= Beginning of Section =

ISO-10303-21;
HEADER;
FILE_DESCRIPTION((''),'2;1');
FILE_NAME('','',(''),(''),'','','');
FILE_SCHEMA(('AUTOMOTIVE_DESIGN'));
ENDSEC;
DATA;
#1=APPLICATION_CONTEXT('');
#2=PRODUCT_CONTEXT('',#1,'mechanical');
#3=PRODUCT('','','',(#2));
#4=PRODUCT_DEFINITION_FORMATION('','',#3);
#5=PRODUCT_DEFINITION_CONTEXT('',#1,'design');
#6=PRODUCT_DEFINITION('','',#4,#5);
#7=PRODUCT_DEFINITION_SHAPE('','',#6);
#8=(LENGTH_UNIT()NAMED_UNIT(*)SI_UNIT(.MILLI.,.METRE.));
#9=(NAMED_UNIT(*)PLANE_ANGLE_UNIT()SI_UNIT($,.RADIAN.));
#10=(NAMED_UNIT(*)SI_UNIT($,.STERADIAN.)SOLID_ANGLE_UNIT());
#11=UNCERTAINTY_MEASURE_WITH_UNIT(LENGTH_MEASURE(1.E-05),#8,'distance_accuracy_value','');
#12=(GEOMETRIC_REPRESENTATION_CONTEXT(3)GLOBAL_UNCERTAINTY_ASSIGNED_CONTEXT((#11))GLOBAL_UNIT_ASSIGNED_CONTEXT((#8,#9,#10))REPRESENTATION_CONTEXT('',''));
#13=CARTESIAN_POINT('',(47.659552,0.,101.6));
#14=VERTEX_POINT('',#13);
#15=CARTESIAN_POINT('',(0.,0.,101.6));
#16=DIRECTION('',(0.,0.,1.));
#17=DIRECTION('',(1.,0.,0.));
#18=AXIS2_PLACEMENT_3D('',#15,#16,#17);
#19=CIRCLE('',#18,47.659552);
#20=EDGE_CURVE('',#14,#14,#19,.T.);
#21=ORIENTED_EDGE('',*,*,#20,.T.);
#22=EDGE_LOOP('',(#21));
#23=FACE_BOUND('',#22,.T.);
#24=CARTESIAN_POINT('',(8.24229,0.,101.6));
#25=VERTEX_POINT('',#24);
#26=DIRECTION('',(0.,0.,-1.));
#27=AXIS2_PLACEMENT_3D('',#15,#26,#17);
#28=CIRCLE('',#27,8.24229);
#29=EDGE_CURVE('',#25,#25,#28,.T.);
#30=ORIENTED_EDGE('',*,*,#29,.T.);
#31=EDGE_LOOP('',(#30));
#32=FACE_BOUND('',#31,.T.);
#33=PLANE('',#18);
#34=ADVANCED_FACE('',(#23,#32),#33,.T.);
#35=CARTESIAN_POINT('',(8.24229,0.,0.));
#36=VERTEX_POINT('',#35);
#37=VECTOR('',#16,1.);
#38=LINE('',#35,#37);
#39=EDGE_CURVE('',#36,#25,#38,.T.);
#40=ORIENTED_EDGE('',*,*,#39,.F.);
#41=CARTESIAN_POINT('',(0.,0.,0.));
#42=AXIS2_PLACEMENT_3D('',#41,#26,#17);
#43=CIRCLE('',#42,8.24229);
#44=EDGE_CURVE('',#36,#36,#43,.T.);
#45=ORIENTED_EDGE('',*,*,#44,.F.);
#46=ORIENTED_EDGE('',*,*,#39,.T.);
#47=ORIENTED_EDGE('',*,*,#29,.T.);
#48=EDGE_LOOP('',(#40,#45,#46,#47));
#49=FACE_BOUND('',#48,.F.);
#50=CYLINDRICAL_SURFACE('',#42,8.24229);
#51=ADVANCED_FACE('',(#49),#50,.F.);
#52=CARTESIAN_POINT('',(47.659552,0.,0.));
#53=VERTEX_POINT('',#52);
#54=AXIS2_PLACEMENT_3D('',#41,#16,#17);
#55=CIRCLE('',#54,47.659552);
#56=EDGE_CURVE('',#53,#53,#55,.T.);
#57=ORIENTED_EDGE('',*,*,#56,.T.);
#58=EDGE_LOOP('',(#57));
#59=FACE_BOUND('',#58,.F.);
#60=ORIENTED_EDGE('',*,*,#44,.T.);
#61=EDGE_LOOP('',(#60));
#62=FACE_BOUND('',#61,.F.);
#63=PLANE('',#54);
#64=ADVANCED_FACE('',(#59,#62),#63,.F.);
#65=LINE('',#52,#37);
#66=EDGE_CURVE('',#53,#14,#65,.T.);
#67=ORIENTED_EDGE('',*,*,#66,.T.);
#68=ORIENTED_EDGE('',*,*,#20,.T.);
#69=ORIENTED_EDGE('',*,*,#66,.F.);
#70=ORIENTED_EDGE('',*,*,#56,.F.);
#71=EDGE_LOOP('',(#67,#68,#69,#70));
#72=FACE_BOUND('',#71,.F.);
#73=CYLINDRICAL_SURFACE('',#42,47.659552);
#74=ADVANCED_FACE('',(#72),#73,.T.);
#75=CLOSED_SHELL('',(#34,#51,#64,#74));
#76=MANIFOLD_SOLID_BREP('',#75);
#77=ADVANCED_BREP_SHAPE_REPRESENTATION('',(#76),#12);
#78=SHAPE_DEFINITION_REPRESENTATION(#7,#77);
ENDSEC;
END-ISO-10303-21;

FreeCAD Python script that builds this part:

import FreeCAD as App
import Part
import Sketcher
Q = App.Units.Quantity

doc = App.newDocument("Part")
body = doc.addObject("PartDesign::Body", "Body")

# Sketch on XY plane
sketch1 = body.newObject("Sketcher::SketchObject", "Sketch")
sketch1.AttachmentSupport = (doc.getObject("XY_Plane"), [""])
sketch1.MapMode = "FlatFace"
sketch1.addGeometry(Part.Circle(App.Vector(0, 0, 0), App.Vector(0, 0, 1), 47.659552), False)
sketch1.addConstraint([
    Sketcher.Constraint("Coincident", 0, 3, -1, 1),
    Sketcher.Constraint("Diameter", 0, 95.319104),
])
pad1 = body.newObject("PartDesign::Pad", "Pad")
pad1.Profile = sketch1
pad1.Length = Q("4 in")

# Sketch on XY plane
sketch2 = body.newObject("Sketcher::SketchObject", "Sketch001")
sketch2.AttachmentSupport = (doc.getObject("XY_Plane"), [""])
sketch2.MapMode = "FlatFace"
sketch2.addGeometry(Part.Circle(App.Vector(0, 0, 0), App.Vector(0, 0, 1), 13.037105), False)
sketch2.addConstraint([
    Sketcher.Constraint("Coincident", 0, 3, -1, 1),
    Sketcher.Constraint("Diameter", 0, 26.07421),
])
pad2 = body.newObject("PartDesign::Pad", "Pad001")
pad2.Profile = sketch2
pad2.Length = Q("4 in")

# Sketch on XY plane
sketch3 = body.newObject("Sketcher::SketchObject", "Sketch002")
sketch3.AttachmentSupport = (doc.getObject("XY_Plane"), [""])
sketch3.MapMode = "FlatFace"
sketch3.addGeometry(Part.Circle(App.Vector(0, 0, 0), App.Vector(0, 0, 1), 8.24229), False)
sketch3.addConstraint([
    Sketcher.Constraint("Coincident", 0, 3, -1, 1),
    Sketcher.Constraint("Diameter", 0, 16.48458),
])
pocket1 = body.newObject("PartDesign::Pocket", "Pocket")
pocket1.Profile = sketch3
pocket1.Length = Q("4 in")
pocket1.Reversed = True

doc.recompute()
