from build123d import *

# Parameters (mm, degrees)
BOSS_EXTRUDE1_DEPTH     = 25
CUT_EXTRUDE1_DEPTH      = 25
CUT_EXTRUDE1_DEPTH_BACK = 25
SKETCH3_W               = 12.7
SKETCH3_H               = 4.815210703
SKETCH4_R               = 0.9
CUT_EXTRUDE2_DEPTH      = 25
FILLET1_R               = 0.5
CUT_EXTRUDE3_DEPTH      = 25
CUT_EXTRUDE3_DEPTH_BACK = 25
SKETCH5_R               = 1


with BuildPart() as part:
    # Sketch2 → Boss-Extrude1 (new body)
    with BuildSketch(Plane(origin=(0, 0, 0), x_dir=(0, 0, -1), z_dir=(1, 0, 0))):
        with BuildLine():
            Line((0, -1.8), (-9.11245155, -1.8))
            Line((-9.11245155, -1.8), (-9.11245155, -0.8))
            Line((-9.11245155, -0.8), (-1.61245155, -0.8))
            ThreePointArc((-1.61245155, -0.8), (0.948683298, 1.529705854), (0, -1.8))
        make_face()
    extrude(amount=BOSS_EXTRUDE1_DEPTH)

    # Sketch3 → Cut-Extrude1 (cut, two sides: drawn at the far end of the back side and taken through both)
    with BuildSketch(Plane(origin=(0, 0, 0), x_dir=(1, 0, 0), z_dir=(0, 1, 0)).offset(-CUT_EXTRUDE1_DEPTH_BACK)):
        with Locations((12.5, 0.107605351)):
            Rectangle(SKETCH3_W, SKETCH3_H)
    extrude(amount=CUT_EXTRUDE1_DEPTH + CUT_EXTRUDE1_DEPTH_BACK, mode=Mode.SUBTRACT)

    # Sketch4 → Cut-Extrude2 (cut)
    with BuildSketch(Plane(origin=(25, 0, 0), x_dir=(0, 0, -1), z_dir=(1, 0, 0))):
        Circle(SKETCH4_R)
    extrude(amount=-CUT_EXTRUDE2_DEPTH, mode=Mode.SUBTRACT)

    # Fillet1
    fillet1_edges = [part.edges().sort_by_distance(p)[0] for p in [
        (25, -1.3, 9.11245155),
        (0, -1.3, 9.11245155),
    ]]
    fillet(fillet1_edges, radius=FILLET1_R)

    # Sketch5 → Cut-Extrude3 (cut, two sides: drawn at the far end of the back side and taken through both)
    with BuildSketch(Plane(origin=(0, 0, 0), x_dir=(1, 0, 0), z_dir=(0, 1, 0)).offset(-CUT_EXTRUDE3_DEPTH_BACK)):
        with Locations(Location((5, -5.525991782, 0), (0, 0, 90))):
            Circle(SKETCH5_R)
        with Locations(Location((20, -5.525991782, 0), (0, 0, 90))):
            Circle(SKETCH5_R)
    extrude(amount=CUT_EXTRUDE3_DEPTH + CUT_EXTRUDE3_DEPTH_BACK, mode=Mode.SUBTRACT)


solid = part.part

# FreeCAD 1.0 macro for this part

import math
import FreeCAD as App
import Part
import Sketcher


def edges_at(feature, points):
    """Names of the edges that pass closest to the given points."""
    edges = feature.Shape.Edges
    near = lambda p: min(range(len(edges)), key=lambda i: edges[i].distToShape(Part.Vertex(*p))[0])
    return sorted({f"Edge{near(p) + 1}" for p in points})


def add_polygon(sketch, points):
    """Adds a closed chain of lines whose ends are joined by coincident constraints."""
    first, n = sketch.GeometryCount, len(points)
    for a, b in zip(points, points[1:] + points[:1]):
        sketch.addGeometry(Part.LineSegment(App.Vector(*a, 0), App.Vector(*b, 0)), False)
    for i in range(n):
        sketch.addConstraint(Sketcher.Constraint("Coincident", first + i, 2, first + (i + 1) % n, 1))

doc = App.newDocument("Part")
body = doc.addObject("PartDesign::Body", "Body")

# Sketch on YZ plane
sketch1 = doc.addObject("Sketcher::SketchObject", "Sketch")
body.addObject(sketch1)
sketch1.AttachmentSupport = (doc.YZ_Plane, [""])
sketch1.MapMode = "FlatFace"
sketch1.addGeometry(Part.LineSegment(App.Vector(-1.8, 9.1, 0), App.Vector(-1.8, 0, 0)), False)
sketch1.addGeometry(Part.ArcOfCircle(Part.Circle(App.Vector(0, 0, 0), App.Vector(0, 0, 1), 1.8), math.radians(180), math.radians(476)), False)
sketch1.addGeometry(Part.LineSegment(App.Vector(-0.8, 1.6, 0), App.Vector(-0.8, 9.1, 0)), False)
sketch1.addGeometry(Part.LineSegment(App.Vector(-0.8, 9.1, 0), App.Vector(-1.8, 9.1, 0)), False)
sketch1.addConstraint(Sketcher.Constraint("Tangent", 0, 2, 1, 1))
sketch1.addConstraint(Sketcher.Constraint("Coincident", 1, 2, 2, 1))
sketch1.addConstraint(Sketcher.Constraint("Coincident", 2, 2, 3, 1))
sketch1.addConstraint(Sketcher.Constraint("Coincident", 3, 2, 0, 1))
sketch1.addConstraint(Sketcher.Constraint("Vertical", 0))
sketch1.addConstraint(Sketcher.Constraint("Vertical", 2))
sketch1.addConstraint(Sketcher.Constraint("Horizontal", 3))
sketch1.addConstraint(Sketcher.Constraint("Coincident", 1, 3, -1, 1))
sketch1.addConstraint(Sketcher.Constraint("Radius", 1, 1.8))
sketch1.addConstraint(Sketcher.Constraint("DistanceX", 3, 2, 3, 1, 1.0))
sketch1.addConstraint(Sketcher.Constraint("DistanceY", 2, 1, 2, 2, 7.5))
pad1 = doc.addObject("PartDesign::Pad", "Pad")
body.addObject(pad1)
pad1.Profile = sketch1
pad1.Length = 25

# Sketch on XZ plane
sketch2 = doc.addObject("Sketcher::SketchObject", "Sketch001")
body.addObject(sketch2)
sketch2.AttachmentSupport = (doc.XZ_Plane, [""])
sketch2.MapMode = "FlatFace"
add_polygon(sketch2, [(6.2, -2.5), (6.2, 2.3), (18.9, 2.3), (18.9, -2.5)])  # lines 0-3
sketch2.addConstraint(Sketcher.Constraint("Vertical", 0))
sketch2.addConstraint(Sketcher.Constraint("Horizontal", 1))
sketch2.addConstraint(Sketcher.Constraint("Vertical", 2))
sketch2.addConstraint(Sketcher.Constraint("Horizontal", 3))
sketch2.addConstraint(Sketcher.Constraint("DistanceX", 1, 1, 1, 2, 12.7))
sketch2.addConstraint(Sketcher.Constraint("DistanceY", -1, 1, 0, 2, 2.3))
sketch2.addConstraint(Sketcher.Constraint("DistanceX", -1, 1, 0, 2, 6.15))
sketch2.addConstraint(Sketcher.Constraint("DistanceY", 0, 1, 0, 2, 4.815211))
pocket1 = doc.addObject("PartDesign::Pocket", "Pocket")
body.addObject(pocket1)
pocket1.Profile = sketch2
pocket1.Type = "ThroughAll"
pocket1.Midplane = True

# Sketch on YZ plane
sketch3 = doc.addObject("Sketcher::SketchObject", "Sketch002")
body.addObject(sketch3)
sketch3.AttachmentSupport = (doc.YZ_Plane, [""])
sketch3.MapMode = "FlatFace"
sketch3.AttachmentOffset = App.Placement(App.Vector(0, 0, 25), App.Rotation())
sketch3.addGeometry(Part.Circle(App.Vector(0, 0, 0), App.Vector(0, 0, 1), 0.9), False)
sketch3.addConstraint(Sketcher.Constraint("Coincident", 0, 3, -1, 1))
sketch3.addConstraint(Sketcher.Constraint("Diameter", 0, 1.8))
pocket2 = doc.addObject("PartDesign::Pocket", "Pocket001")
body.addObject(pocket2)
pocket2.Profile = sketch3
pocket2.Length = 25
doc.recompute()

fillet = doc.addObject("PartDesign::Fillet", "Fillet")
body.addObject(fillet)
fillet.Base = (pocket2, edges_at(pocket2, [(25, -1.3, 9.112), (0, -1.3, 9.112)]))
fillet.Radius = 0.5

# Sketch on XZ plane
sketch4 = doc.addObject("Sketcher::SketchObject", "Sketch003")
body.addObject(sketch4)
sketch4.AttachmentSupport = (doc.XZ_Plane, [""])
sketch4.MapMode = "FlatFace"
sketch4.addGeometry(Part.Circle(App.Vector(5, 5.5, 0), App.Vector(0, 0, 1), 1), False)
sketch4.addGeometry(Part.Circle(App.Vector(20, 5.5, 0), App.Vector(0, 0, 1), 1), False)
sketch4.addConstraint(Sketcher.Constraint("Equal", 0, 1))
sketch4.addConstraint(Sketcher.Constraint("Horizontal", 0, 3, 1, 3))
sketch4.addConstraint(Sketcher.Constraint("Diameter", 0, 2.0))
sketch4.addConstraint(Sketcher.Constraint("DistanceX", -1, 1, 0, 3, 5.0))
sketch4.addConstraint(Sketcher.Constraint("DistanceX", -1, 1, 1, 3, 20.0))
sketch4.addConstraint(Sketcher.Constraint("DistanceY", -1, 1, 0, 3, 5.525992))
pocket3 = doc.addObject("PartDesign::Pocket", "Pocket002")
body.addObject(pocket3)
pocket3.Profile = sketch4
pocket3.Type = "ThroughAll"
pocket3.Midplane = True

doc.recompute()
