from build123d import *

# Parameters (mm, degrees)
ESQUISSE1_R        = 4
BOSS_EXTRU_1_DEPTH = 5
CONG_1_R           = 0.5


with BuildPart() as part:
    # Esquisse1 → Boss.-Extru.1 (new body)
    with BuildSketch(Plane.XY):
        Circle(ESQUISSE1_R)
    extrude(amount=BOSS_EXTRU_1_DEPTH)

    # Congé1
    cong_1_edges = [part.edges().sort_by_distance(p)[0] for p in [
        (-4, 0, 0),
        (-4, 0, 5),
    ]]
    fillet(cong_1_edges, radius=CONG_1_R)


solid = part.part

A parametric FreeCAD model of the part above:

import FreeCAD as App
import Part
import Sketcher

V = App.Vector
Q = App.Units.Quantity


def edges_at(feature, points):
    """Names of the edges that pass closest to the given points."""
    edges = feature.Shape.Edges
    near = lambda p: min(range(len(edges)), key=lambda i: edges[i].distToShape(Part.Vertex(*p))[0])
    return sorted({f"Edge{near(p) + 1}" for p in points})

doc = App.newDocument("Part")
params = doc.addObject("Spreadsheet::Sheet", "Params")
for row, (alias, value) in enumerate([
    ("sketch1_diameter", "8 mm"),
    ("pad1_length", "5 mm"),
    ("fillet_radius", "0.5 mm"),
], start=1):
    params.set(f"A{row}", alias)
    params.set(f"B{row}", "=" + value)
    params.setAlias(f"B{row}", alias)

body = doc.addObject("PartDesign::Body", "Body")

# Sketch on XY plane
sketch1 = body.newObject("Sketcher::SketchObject", "Sketch")
sketch1.AttachmentSupport = (doc.getObject("XY_Plane"), [""])
sketch1.MapMode = "FlatFace"
sketch1.addGeometry(Part.Circle(V(0, 0, 0), V(0, 0, 1), 4), False)
sketch1.addConstraint([
    Sketcher.Constraint("Coincident", 0, 3, -1, 1),
    Sketcher.Constraint("Diameter", 0, Q("8 mm")),
])
sketch1.setExpression("Constraints[1]", "Params.sketch1_diameter")
pad1 = body.newObject("PartDesign::Pad", "Pad")
pad1.Profile = sketch1
pad1.setExpression("Length", "Params.pad1_length")
doc.recompute()

fillet = body.newObject("PartDesign::Fillet", "Fillet")
fillet.Base = (pad1, edges_at(pad1, [(-4, 0, 0), (-4, 0, 5)]))
fillet.setExpression("Radius", "Params.fillet_radius")

doc.recompute()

= End of Section =

* **WHAT YOU SHOULD DO**
The lines above, starting at the one with "#7=PRODUCT_DEFINITION_SHAPE('','',#6);" and ending at the one with "#19=CIRCLE('',#18,47.659552);", are the only ones to return, exactly as written.

* **RESULT OF THE TASK**
#7=PRODUCT_DEFINITION_SHAPE('','',#6);
#8=(LENGTH_UNIT()NAMED_UNIT(*)SI_UNIT(.MILLI.,.METRE.));
#9=(NAMED_UNIT(*)PLANE_ANGLE_UNIT()SI_UNIT($,.RADIAN.));
#10=(NAMED_UNIT(*)SI_UNIT($,.STERADIAN.)SOLID_ANGLE_UNIT());
#11=UNCERTAINTY_MEASURE_WITH_UNIT(LENGTH_MEASURE(1.E-05),#8,'distance_accuracy_value','');
#12=(GEOMETRIC_REPRESENTATION_CONTEXT(3)GLOBAL_UNCERTAINTY_ASSIGNED_CONTEXT((#11))GLOBAL_UNIT_ASSIGNED_CONTEXT((#8,#9,#10))REPRESENTATION_CONTEXT('',''));
#13=CARTESIAN_POINT('',(47.659552,0.,101.6));
#14=VERTEX_POINT('',#13);
#15=CARTESIAN_POINT('',(0.,0.,101.6));
#16=DIRECTION('',(0.,0.,1.));
#17=DIRECTION('',(1.,0.,0.));
#18=AXIS2_PLACEMENT_3D('',#15,#16,#17);
#19=CIRCLE('',#18,47.659552);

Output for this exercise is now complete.